MacKay said the government is considering opening the issue for discussion, but not likely to a binding debate or vote. He said it may have been more helpful to have debated the issue before the decision was made by the previous government.

"The previous commitment did not come to Parliament in the form of a formal vote," MacKay said. "There was a take note debate. We are contemplating this issue very seriously. It's always preferable before troops are deployed to have a vote."

New Democrat MP Alexa McDonough said she doesn't challenge the country's nine-month commitment to work with NATO in Afghanistan. But said it's time to give Canadians the chance to weigh-into the debate about whether troops should be committed long-term. 

"We're in a war," McDonough said. "The Canadian people have had no opportunity to be seriously represented in any serious debate about what we're doing there, let alone a vote in Parliament, so a take note debate is simply not going to do it."

Liberal MP Dan McTeague, who was the parliamentary secretary responsible for Canadians abroad under Paul Martin, said Canadians considered the Afghanistan issue when they voted in the January election.

"Canadians understand our commitment to Afghanistan has to be firm and unflinching," McTeague said.

However, he said a debate could be helpful in determining whether Canada should extend its role in Afghanistan into the years ahead.

User Tools
Print This Page 
E-Mail Story 
CTV WEBSITE


----------



## Big Foot (5 Mar 2006)

Link to the above article:
http://www.ctv.ca/servlet/ArticleNews/story/CTVNews/20060303/afghan_mackay_060305/20060305?hub=Canada


----------



## Fishbone Jones (5 Mar 2006)

GO!!! said:
			
		

> What!?
> 
> The NDP not supporting the military?
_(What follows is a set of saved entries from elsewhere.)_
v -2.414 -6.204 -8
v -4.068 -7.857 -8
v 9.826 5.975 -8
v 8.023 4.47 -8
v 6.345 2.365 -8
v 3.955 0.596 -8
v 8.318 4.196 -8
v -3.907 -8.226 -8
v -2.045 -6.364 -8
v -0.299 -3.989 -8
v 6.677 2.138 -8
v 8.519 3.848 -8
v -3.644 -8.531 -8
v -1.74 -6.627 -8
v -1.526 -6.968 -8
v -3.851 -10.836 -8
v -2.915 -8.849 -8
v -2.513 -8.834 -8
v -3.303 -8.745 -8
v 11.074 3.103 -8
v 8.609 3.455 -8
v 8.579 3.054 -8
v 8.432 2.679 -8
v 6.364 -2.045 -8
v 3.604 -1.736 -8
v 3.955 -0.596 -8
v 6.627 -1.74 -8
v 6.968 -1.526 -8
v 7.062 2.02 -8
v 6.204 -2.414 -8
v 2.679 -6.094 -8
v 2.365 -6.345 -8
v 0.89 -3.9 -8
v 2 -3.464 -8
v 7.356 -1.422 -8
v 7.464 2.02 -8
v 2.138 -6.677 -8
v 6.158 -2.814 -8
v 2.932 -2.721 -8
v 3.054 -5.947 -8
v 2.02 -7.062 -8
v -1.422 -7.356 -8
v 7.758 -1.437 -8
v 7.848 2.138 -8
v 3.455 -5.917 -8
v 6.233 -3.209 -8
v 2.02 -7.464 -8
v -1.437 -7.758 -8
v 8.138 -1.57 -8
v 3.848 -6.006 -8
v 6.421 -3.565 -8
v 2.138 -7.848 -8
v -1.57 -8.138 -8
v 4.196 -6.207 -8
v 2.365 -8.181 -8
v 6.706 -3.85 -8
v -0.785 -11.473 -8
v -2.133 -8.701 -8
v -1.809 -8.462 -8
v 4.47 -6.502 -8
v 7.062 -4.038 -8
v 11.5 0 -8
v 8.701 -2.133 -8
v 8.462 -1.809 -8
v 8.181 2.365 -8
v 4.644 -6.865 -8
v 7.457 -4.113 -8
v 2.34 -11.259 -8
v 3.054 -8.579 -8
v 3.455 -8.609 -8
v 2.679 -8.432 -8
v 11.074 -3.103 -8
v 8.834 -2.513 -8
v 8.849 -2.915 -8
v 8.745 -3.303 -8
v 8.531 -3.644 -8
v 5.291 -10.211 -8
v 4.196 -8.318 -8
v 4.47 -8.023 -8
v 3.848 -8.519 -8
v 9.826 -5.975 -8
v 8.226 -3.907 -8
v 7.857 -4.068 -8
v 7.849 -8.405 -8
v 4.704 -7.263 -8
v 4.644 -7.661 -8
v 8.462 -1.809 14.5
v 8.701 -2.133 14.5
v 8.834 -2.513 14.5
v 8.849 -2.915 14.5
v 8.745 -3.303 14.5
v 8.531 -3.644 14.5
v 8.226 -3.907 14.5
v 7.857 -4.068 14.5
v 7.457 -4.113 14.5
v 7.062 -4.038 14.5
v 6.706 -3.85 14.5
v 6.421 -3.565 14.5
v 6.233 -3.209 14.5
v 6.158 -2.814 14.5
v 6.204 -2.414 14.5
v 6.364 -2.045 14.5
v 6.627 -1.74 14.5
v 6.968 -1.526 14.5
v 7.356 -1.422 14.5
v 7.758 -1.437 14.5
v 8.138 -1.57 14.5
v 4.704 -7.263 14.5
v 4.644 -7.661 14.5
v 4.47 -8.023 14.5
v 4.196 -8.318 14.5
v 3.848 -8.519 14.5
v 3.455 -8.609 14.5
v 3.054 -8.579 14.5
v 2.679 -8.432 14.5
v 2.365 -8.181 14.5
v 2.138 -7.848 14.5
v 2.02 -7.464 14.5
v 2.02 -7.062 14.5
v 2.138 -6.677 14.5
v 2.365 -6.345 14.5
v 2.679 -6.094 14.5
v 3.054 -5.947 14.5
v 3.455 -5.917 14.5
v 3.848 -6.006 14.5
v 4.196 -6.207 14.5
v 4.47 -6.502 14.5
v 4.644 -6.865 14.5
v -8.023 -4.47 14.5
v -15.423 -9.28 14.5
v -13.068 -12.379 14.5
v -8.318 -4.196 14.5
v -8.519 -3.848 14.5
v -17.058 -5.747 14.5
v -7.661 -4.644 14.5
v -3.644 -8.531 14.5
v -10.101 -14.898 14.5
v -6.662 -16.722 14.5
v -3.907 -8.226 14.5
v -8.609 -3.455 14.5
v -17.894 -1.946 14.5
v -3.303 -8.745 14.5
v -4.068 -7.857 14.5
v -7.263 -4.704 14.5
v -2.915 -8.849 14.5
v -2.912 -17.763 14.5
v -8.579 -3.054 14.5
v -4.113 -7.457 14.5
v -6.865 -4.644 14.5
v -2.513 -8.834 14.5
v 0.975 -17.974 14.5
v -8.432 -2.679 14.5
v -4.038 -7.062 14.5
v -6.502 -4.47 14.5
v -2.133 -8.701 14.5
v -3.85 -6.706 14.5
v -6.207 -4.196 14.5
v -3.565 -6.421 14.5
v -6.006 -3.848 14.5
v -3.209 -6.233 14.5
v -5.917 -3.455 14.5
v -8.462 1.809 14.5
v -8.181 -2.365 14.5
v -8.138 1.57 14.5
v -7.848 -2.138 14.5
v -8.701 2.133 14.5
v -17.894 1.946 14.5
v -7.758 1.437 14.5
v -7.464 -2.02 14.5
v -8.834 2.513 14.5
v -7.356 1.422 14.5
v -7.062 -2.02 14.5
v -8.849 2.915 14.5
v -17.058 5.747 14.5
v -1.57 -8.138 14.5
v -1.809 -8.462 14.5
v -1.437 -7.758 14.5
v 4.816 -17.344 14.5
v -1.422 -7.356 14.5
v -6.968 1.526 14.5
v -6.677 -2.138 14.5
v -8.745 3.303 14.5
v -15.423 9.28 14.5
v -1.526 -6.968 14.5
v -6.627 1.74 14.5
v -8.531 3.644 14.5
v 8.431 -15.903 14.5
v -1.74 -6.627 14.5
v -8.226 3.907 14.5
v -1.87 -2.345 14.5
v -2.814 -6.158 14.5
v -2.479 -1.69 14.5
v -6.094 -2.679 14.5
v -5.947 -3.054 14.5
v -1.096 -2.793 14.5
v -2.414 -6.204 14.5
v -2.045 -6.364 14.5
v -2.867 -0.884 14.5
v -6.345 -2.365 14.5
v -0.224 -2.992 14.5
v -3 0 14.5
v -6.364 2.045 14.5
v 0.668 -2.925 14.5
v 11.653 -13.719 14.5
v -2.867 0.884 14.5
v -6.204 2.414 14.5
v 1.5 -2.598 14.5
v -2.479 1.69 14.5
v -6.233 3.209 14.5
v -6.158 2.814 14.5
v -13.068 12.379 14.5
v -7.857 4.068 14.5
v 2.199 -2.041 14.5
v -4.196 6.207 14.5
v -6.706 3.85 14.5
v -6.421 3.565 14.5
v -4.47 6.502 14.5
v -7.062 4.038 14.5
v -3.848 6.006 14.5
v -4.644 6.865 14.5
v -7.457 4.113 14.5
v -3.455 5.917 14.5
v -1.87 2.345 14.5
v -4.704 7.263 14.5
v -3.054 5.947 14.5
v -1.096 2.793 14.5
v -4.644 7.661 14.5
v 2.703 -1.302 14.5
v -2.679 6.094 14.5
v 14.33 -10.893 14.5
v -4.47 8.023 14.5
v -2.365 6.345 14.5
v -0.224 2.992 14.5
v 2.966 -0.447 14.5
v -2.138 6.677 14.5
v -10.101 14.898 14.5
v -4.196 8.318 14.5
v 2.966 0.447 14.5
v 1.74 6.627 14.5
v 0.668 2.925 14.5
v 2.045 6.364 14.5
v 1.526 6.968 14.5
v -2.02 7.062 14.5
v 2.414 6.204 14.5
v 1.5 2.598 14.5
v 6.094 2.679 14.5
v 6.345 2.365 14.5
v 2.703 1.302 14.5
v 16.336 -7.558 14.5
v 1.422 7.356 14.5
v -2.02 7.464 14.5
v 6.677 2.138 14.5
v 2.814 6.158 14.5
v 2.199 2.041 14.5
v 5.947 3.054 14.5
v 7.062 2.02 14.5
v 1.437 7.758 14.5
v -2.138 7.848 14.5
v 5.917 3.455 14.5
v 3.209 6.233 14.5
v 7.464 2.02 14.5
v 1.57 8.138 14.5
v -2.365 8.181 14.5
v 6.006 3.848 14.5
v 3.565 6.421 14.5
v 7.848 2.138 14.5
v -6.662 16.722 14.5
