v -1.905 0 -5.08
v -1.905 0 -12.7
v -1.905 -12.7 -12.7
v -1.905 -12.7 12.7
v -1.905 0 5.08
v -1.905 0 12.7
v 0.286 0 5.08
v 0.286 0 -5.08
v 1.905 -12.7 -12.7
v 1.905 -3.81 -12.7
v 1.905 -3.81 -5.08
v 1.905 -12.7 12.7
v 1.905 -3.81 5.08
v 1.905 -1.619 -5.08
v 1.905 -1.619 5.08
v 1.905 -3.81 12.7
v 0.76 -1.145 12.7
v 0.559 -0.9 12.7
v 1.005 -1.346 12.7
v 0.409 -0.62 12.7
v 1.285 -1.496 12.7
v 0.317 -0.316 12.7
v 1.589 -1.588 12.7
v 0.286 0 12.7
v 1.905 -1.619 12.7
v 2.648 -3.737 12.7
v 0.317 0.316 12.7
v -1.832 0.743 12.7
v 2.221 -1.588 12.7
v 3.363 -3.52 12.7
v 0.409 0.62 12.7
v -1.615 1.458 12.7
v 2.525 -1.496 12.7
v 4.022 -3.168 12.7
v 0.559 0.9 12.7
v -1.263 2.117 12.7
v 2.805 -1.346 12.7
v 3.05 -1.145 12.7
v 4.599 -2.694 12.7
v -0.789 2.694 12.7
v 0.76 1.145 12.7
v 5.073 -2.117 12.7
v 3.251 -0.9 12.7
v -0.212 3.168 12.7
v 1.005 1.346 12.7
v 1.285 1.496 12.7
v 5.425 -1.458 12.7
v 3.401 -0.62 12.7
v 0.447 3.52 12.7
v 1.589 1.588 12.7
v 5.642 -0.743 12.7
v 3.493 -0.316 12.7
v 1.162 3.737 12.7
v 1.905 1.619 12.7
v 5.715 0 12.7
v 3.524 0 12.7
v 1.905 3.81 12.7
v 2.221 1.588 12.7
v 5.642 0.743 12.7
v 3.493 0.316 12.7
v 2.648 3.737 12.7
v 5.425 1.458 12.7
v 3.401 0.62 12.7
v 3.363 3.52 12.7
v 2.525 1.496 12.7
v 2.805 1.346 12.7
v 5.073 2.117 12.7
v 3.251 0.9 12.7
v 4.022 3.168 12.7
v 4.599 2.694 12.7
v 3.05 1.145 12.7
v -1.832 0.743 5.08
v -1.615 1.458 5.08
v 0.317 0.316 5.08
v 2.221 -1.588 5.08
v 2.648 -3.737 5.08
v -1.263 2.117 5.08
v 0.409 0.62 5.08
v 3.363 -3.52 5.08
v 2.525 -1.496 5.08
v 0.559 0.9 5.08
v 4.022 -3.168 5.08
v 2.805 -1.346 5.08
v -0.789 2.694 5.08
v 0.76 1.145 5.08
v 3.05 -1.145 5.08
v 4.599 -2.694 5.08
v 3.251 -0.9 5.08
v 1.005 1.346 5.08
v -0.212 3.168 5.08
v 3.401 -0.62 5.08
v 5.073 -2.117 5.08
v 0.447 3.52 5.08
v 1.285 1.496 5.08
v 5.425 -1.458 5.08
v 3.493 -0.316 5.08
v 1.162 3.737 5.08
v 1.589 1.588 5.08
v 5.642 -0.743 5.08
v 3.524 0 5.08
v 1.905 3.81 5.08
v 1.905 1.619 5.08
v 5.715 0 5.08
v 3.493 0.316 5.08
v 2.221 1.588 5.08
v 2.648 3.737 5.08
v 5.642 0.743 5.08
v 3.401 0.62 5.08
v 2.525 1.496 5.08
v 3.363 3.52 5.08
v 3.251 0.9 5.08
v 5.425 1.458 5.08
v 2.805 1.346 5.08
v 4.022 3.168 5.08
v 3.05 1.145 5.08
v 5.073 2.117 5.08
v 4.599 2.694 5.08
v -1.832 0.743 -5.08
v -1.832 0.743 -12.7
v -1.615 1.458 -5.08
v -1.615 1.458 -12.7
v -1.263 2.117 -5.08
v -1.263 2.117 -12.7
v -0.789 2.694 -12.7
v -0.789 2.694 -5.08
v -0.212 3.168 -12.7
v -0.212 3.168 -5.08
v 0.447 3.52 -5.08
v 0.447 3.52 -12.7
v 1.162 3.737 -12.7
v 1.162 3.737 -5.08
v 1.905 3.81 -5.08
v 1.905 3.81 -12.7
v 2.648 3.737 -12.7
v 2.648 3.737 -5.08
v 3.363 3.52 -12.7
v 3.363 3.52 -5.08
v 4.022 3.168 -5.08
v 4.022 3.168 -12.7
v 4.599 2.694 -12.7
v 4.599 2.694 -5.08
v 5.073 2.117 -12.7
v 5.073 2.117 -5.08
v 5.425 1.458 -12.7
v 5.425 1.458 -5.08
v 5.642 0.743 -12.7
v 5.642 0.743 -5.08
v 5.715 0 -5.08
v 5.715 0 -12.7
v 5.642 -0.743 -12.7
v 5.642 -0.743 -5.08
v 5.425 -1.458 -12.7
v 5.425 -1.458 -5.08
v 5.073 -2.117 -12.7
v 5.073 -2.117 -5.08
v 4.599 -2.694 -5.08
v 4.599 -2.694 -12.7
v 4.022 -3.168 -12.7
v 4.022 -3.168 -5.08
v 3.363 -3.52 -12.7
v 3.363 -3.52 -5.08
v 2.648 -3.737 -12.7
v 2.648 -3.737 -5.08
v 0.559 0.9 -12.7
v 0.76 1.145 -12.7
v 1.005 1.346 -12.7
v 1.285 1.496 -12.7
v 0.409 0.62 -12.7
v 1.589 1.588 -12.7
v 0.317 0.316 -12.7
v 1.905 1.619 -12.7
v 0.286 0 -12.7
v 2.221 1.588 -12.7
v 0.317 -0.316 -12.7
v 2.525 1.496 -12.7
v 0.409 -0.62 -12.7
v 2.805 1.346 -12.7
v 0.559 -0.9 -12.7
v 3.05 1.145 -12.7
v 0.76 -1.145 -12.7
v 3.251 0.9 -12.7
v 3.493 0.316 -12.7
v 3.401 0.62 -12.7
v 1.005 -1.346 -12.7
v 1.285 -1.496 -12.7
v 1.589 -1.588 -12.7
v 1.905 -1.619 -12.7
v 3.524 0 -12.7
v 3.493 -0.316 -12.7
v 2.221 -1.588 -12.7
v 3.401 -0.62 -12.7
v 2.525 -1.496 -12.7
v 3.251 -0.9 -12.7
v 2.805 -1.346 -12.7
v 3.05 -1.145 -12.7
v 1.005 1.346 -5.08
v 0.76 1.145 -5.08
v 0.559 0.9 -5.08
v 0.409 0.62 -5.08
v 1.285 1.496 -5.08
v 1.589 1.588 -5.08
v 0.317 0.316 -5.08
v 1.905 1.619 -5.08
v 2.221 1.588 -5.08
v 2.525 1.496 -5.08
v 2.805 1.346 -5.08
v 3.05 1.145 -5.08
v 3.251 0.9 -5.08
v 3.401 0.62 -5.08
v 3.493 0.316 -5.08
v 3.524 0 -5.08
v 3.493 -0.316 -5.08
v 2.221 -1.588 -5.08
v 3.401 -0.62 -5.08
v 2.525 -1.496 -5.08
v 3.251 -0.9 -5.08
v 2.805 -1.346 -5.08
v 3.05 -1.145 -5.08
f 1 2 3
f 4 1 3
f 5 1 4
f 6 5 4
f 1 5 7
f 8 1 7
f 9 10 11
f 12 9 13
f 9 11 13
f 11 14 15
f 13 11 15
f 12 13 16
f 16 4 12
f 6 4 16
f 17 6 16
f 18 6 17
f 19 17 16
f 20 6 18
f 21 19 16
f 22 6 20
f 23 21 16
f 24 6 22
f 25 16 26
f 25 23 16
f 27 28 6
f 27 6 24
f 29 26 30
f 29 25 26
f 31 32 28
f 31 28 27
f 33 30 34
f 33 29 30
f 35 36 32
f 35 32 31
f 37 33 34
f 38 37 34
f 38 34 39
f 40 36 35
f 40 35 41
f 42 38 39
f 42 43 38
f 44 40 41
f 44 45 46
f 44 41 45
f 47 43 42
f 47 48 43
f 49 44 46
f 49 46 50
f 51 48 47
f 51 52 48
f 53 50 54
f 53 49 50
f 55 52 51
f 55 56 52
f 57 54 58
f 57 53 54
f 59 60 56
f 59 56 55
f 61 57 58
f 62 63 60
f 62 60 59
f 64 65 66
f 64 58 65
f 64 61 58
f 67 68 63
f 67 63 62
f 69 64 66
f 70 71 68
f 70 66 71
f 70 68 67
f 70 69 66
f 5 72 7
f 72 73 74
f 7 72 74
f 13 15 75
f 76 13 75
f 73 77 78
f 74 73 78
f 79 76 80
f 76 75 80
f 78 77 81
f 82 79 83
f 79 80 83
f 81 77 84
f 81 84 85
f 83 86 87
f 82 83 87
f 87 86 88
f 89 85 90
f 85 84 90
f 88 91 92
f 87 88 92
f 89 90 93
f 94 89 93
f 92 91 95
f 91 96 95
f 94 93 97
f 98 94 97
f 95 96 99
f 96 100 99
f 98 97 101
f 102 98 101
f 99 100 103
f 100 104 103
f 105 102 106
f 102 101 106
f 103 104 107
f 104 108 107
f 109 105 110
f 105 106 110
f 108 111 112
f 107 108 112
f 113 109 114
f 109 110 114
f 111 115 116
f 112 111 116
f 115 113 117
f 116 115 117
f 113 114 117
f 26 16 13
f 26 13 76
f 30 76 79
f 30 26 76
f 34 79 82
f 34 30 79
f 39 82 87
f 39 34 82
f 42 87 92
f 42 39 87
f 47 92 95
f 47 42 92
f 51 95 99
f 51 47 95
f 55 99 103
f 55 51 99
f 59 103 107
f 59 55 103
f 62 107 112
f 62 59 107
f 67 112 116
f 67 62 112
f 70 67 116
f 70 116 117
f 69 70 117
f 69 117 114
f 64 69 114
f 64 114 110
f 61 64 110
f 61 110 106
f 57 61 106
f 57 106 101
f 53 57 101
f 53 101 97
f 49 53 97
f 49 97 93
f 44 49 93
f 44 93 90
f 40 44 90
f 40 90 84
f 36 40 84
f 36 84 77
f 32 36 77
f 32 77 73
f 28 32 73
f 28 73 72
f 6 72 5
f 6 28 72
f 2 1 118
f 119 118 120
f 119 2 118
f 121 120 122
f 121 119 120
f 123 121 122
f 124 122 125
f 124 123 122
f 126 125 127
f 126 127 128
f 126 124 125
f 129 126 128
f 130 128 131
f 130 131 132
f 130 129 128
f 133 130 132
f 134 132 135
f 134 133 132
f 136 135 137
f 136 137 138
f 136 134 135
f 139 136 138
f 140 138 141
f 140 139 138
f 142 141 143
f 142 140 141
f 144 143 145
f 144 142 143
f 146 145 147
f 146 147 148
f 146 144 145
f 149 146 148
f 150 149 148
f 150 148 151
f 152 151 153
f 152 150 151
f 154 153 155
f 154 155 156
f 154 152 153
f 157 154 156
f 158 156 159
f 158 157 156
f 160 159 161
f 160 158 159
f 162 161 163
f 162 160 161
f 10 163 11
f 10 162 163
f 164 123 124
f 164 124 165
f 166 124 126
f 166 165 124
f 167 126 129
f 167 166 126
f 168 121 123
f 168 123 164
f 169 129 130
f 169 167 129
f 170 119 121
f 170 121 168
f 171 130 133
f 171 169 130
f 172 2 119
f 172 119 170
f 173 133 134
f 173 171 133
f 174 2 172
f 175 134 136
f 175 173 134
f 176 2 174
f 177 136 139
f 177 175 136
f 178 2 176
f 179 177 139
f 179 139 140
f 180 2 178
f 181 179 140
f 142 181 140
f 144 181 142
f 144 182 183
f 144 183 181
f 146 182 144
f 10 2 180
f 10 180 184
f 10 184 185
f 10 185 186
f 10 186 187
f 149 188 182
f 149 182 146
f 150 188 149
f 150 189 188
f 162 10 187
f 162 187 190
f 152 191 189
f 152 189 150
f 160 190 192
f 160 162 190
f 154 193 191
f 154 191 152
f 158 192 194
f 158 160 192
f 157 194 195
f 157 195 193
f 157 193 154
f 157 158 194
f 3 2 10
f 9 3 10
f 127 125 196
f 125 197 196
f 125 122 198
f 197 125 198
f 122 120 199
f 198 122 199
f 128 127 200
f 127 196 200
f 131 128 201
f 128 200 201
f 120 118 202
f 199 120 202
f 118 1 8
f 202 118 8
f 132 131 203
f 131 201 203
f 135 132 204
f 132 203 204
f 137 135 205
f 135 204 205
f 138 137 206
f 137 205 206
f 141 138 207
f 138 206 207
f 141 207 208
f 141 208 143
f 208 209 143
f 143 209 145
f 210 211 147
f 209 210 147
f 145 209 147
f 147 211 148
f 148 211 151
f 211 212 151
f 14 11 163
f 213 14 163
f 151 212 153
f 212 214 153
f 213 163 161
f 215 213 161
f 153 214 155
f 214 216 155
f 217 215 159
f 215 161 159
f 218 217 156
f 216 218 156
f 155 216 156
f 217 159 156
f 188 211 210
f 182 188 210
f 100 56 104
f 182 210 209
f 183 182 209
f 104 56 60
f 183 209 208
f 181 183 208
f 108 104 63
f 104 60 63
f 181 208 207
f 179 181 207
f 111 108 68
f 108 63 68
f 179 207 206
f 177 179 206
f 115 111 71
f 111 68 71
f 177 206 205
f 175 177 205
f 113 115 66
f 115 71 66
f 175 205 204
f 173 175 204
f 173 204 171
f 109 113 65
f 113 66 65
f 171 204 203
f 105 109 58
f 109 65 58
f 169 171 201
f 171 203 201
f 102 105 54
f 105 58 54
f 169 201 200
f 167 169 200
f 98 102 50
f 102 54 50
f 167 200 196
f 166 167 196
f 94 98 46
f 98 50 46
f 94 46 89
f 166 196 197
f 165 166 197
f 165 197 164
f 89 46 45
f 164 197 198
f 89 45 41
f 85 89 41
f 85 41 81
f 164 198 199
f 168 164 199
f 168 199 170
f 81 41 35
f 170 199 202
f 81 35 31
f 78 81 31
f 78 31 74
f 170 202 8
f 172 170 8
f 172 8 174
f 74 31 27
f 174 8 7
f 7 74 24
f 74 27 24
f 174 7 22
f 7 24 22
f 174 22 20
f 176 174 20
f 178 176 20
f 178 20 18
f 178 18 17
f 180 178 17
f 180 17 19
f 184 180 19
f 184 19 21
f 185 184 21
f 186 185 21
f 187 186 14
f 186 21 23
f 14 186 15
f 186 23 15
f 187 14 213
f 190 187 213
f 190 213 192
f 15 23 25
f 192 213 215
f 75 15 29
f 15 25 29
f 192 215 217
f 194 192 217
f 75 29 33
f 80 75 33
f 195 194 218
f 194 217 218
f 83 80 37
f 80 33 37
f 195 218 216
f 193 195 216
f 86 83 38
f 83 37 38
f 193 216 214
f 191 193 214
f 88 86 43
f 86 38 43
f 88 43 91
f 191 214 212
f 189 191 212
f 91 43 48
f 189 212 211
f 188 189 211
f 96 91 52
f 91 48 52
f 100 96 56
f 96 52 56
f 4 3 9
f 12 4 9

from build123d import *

# Parameters (mm, degrees)
F0_W     = 3.81
F0_H     = 25.4
F1_DEPTH = 12.7
F2_R     = 3.81
F3_DEPTH = 7.62
F5_DEPTH = 7.62
F6_DEPTH = 7.62
F7_R     = 1.61925
F8_DEPTH = 25.4


with BuildPart() as f1:
    # F0 (on Front) → F1 (new body)
    with BuildSketch(Plane.XZ):
        Rectangle(F0_W, F0_H)
    extrude(amount=F1_DEPTH)

    # F2 (on face) → F3 (join)
    with BuildSketch(Plane.XY.offset(12.7)):
        with Locations((1.905, 0)):
            Circle(F2_R)
    extrude(amount=-F3_DEPTH)

    # F2 (on face) → F5 (join)
    with BuildSketch(Plane.XY.offset(12.7)):
        with Locations((1.905, 0)):
            Circle(F2_R)
    extrude(amount=-F5_DEPTH)

    # F4 (on face) → F6 (join)
    with BuildSketch(Plane(origin=(0, 0, -12.7), x_dir=(1, 0, 0), z_dir=(0, 0, -1))):
        with BuildLine():
            Line((1.905, 0), (-1.905, 0))
            ThreePointArc((-1.905, 0), (1.905, -3.81), (5.715, 0))
            ThreePointArc((5.715, 0), (4.5990768363, 2.6940768363), (1.905, 3.81))
            Line((1.905, 3.81), (1.905, 0))
        make_face()
    extrude(amount=-F6_DEPTH)

    # F7 (on face) → F8 (cut)
    with BuildSketch(Plane.XY.offset(12.7)):
        with Locations((1.905, 0)):
            Circle(F7_R)
    extrude(amount=-F8_DEPTH, mode=Mode.SUBTRACT)


solid = f1.part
When did this happen?
> 
> ...



We call them yappy little ghetto dogs.


----------



## Slim (5 Mar 2006)

N - No 
D - Decent
P - Position


----------



## James (5 Mar 2006)

Yikes... well, I did vote NDP in the last two elections...  :'(  But you guys are right. The military is the one area that I completely disagree with the NDP on. Like the Liberals, they view the CF as a peacekeeping force.

I find it kind of funny how Jack said we were there in the traditional role, peacekeeping/making... What was JTF doing with the other SOF?


----------



## Slim (5 Mar 2006)

James said:
			
		

> Yikes... well, I did vote NDP in the last two elections...  :'(  But you guys are right. The military is the one area that I completely disagree with the NDP on. Like the Liberals, they view the CF as a peacekeeping force.
> 
> I find it kind of funny how Jack said we were there in the traditional role, peacekeeping/making... What was JTF doing with the other SOF?



Do you think that here will be a JTF if the NDP ever get into power?


----------



## GO!!! (5 Mar 2006)

Slim said:
			
		

> Do you think that here will be a JTF if the NDP ever get into power?



YES, they will be called the *J*ust *T*hank *F*riends, and they will be the world's only Tier I Special Feel Good Forces unit.

They will free fall from hot air balloons while distributing love and happiness on the point of a truck loaded with foreign aid. They will speak every language used in Canada, be half female and the other half gay and visible minority, and will never use guns, instead linking their arms in peaceful opposition to terrorism.

 :


----------



## larry Strong (5 Mar 2006)

GO!!! said:
			
		

> YES, they will be called the *J*ust *T*hank *F*riends, and they will be the world's only Tier I Special Feel Good Forces unit.
> 
> They will free fall from hot air balloons while distributing love and happiness on the point of a truck loaded with foreign aid. They will speak every language used in Canada, be half female and the other half gay and visible minority, and will never use guns, instead linking their arms in peaceful opposition to terrorism.
> 
> :



What happens when they lose their "Mojo" baby ;D


----------



## Juvat (6 Mar 2006)

It is true that the NDP does not have a very progressive and military friendly mindset, however to criticize a party solely on their position with the military is unfair.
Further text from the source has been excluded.